How do you factor all zeros of y=6x^4+35x^3+35x^2-55x-21

Question

I need to factor and find all real zeros.

Answer 1

Identify Rational Zeros :
 

Usually it is not practical to test all possible zeros of a polynomial function using only synthetic substitution. The Rational Zero Theorem can be used for finding the some possible zeros to test.

Rational Root Theorem, if a rational number in simplest form p/q is a root of the polynomial equation a_nxⁿ + a_n – 1x^{n – 1} + ... + a₁x + a₀ = 0, then p is a factor of a₀ and q is a factor if a_n.

The polynomial is P (x ) = y = 6x⁴ + 35x³ + 35x²- 55x - 21.

If p/q is a rational zero, then p is a factor of 21 and q is a factor of 6.

The possible values of p are   ± 1, ± 3, ± 7.

The possible values for q are ± 1, ± 2, ± 3.

By the Rational Roots Theorem, the only possible rational roots are, p/q = ± 1, ± 3, ± 7, ± 1/2, ± 3/2, ± 1/3, ± 7/3, ±7/2.

Make a table for the synthetic division and test possible real zeros.

p/q	6	35	35	- 55	- 21
1	6	41	76	21	0

Since f(1) = 0, x = 1 is a zero. The depressed polynomial is  6x³ + 41x² + 76x + 21 = 0.

Answer 2

Contd....

If p/q is a rational zero, then p is a factor of 21 and q is a factor of 6.

By the Rational Roots Theorem, the only possible rational roots are, p/q = ± 1, ± 3, ± 7, ± 1/2, ± 3/2, ± 1/3, ± 7/3, ±7/2.

Make a table for the synthetic division and test possible real zeros.

p/q	6	41	76	21
1	6	47	113	134
- 1	6	35	41	- 20
-2	6	29	18	3
-3	6	23	7	0

Since f(-3) = 0, x = -3 is a zero. The depressed polynomial is  6x² + 23x + 7 = 0.

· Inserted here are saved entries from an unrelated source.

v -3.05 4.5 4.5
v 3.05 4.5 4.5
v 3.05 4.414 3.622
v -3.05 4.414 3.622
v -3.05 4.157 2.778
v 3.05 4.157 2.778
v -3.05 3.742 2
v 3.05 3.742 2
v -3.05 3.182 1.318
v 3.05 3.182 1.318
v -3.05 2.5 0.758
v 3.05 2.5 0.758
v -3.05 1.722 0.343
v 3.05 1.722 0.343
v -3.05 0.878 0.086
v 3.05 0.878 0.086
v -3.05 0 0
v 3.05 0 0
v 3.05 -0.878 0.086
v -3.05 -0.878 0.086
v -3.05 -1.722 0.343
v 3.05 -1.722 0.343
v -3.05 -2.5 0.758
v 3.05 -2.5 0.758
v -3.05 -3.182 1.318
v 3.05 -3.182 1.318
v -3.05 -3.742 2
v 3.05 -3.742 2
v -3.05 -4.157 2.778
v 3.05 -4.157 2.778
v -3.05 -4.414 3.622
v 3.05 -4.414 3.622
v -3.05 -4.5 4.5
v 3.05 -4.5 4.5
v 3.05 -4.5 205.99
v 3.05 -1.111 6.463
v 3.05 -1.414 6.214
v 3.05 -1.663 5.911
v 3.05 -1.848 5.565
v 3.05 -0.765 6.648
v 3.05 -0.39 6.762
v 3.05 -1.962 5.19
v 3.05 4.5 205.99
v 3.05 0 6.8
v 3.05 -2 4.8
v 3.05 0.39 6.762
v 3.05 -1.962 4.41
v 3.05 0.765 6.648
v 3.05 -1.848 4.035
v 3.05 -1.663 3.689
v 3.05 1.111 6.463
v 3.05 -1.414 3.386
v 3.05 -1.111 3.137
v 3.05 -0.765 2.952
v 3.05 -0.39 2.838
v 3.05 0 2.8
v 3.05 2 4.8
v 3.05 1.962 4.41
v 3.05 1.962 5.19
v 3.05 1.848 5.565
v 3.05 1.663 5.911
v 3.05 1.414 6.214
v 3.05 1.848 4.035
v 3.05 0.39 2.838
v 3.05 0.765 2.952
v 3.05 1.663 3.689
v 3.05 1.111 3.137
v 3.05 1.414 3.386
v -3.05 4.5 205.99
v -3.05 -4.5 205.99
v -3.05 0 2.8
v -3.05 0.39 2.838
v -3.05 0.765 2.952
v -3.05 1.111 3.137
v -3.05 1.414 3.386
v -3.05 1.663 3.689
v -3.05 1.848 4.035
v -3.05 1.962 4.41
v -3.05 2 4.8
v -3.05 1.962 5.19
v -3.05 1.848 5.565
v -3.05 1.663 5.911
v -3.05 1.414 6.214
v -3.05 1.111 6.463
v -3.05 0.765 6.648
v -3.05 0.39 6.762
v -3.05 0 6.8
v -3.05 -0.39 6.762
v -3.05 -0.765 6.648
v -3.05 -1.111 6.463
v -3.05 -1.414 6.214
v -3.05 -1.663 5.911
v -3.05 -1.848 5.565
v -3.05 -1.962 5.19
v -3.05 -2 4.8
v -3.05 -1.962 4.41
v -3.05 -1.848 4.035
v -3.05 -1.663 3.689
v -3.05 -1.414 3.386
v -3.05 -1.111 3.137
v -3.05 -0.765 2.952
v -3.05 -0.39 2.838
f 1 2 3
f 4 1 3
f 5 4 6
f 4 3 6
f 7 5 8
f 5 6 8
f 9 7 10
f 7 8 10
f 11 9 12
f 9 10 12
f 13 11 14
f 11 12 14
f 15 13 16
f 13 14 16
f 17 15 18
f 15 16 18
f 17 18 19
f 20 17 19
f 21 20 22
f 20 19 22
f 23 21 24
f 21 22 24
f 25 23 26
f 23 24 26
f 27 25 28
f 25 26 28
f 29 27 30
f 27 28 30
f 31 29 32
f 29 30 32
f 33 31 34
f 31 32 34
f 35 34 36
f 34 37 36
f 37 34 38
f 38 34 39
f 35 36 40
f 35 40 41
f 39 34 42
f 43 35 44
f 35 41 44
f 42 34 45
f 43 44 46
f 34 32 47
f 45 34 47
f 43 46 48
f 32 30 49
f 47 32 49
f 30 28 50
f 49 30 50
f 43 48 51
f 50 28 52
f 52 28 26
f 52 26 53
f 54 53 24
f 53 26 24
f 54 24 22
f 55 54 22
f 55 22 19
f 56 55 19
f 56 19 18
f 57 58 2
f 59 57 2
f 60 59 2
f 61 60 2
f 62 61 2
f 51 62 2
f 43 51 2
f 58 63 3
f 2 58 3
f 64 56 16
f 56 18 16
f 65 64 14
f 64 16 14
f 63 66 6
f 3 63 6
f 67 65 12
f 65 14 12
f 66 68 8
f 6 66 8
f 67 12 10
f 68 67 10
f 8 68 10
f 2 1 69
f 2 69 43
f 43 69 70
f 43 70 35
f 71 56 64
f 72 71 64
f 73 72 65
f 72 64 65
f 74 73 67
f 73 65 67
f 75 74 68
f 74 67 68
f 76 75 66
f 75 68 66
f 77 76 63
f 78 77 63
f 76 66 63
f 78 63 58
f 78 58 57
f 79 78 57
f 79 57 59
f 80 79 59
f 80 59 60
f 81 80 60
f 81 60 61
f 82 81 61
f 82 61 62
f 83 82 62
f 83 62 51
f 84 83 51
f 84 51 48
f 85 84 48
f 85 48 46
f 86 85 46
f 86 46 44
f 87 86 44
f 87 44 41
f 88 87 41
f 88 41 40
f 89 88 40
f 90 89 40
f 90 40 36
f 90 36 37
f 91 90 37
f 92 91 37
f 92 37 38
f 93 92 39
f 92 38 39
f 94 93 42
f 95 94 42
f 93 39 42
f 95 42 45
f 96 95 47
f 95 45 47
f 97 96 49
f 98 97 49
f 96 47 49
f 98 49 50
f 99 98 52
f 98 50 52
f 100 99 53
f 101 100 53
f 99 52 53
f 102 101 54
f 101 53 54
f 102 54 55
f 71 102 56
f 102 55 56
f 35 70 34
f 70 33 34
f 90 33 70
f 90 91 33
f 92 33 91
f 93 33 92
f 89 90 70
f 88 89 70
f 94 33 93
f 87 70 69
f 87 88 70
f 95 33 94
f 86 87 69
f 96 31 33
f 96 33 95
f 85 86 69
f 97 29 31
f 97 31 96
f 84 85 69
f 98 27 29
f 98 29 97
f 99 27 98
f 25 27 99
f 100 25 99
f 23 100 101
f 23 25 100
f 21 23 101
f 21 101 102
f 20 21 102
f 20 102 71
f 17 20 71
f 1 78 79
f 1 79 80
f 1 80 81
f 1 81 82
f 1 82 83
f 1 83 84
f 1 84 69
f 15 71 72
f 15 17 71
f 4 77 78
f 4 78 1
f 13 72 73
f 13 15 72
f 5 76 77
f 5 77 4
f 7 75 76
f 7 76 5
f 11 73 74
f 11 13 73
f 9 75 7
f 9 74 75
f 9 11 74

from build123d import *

# Parameters (mm, degrees)
SKETCH1_W           = 6.1
SKETCH1_H           = 9
BOSS_EXTRUDE1_DEPTH = 9.29
SKETCH3_R           = 2
CUT_EXTRUDE2_DEPTH  = 12.990166805
SKETCH4_W           = 6.1
SKETCH4_H           = 9
BOSS_EXTRUDE2_DEPTH = 196.7


with BuildPart() as part:
    # Sketch1 → Boss-Extrude1 (new body)
    with BuildSketch(Plane.XY):
        Rectangle(SKETCH1_W, SKETCH1_H)
    extrude(amount=BOSS_EXTRUDE1_DEPTH)

    # Sketch3 → Cut-Extrude2 (cut, through all)
    with BuildSketch(Plane(origin=(3.05, 0, 0), x_dir=(0, 0, -1), z_dir=(1, 0, 0))):
        with BuildLine():
            ThreePointArc((-4.5, 4.5), (-1.318019485, 3.181980515), (0, 0))
            Line((0, 0), (0, 4.5))
            Line((0, 4.5), (-4.5, 4.5))
        make_face()
        with BuildLine():
            ThreePointArc((0, 0), (-1.318019485, -3.181980515), (-4.5, -4.5))
            Line((-4.5, -4.5), (0, -4.5))
            Line((0, -4.5), (0, 0))
        make_face()
        with Locations((-4.8, 0)):
            Circle(SKETCH3_R)
    extrude(amount=-CUT_EXTRUDE2_DEPTH, mode=Mode.SUBTRACT)

    # Sketch4 → Boss-Extrude2 (add)
    with BuildSketch(Plane.XY.offset(9.29)):
        Rectangle(SKETCH4_W, SKETCH4_H)
    extrude(amount=BOSS_EXTRUDE2_DEPTH)


solid = part.part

Since the depressed polynomial of this zero, 6x² + 23x + 7 = 0, is quadratic, use the factor by grouping method to find the roots of the related quadratic equation 6x² + 23x + 7 = 0.

6x² + 23x + 7 = 0

Factor by grouping.

6x² + 2x + 21x + 7 = 0

2x(3x + 1) + 7(3x + 1) = 0

Factor : (3x + 1)(2x + 7) = 0

Apply zero product property.

(3x + 1) = 0 (or) (2x + 7) = 0

x = - 1/3 , - 7/2

The polynomial has all real zeros at x = 1, - 3, - 1/3, and - 7/2.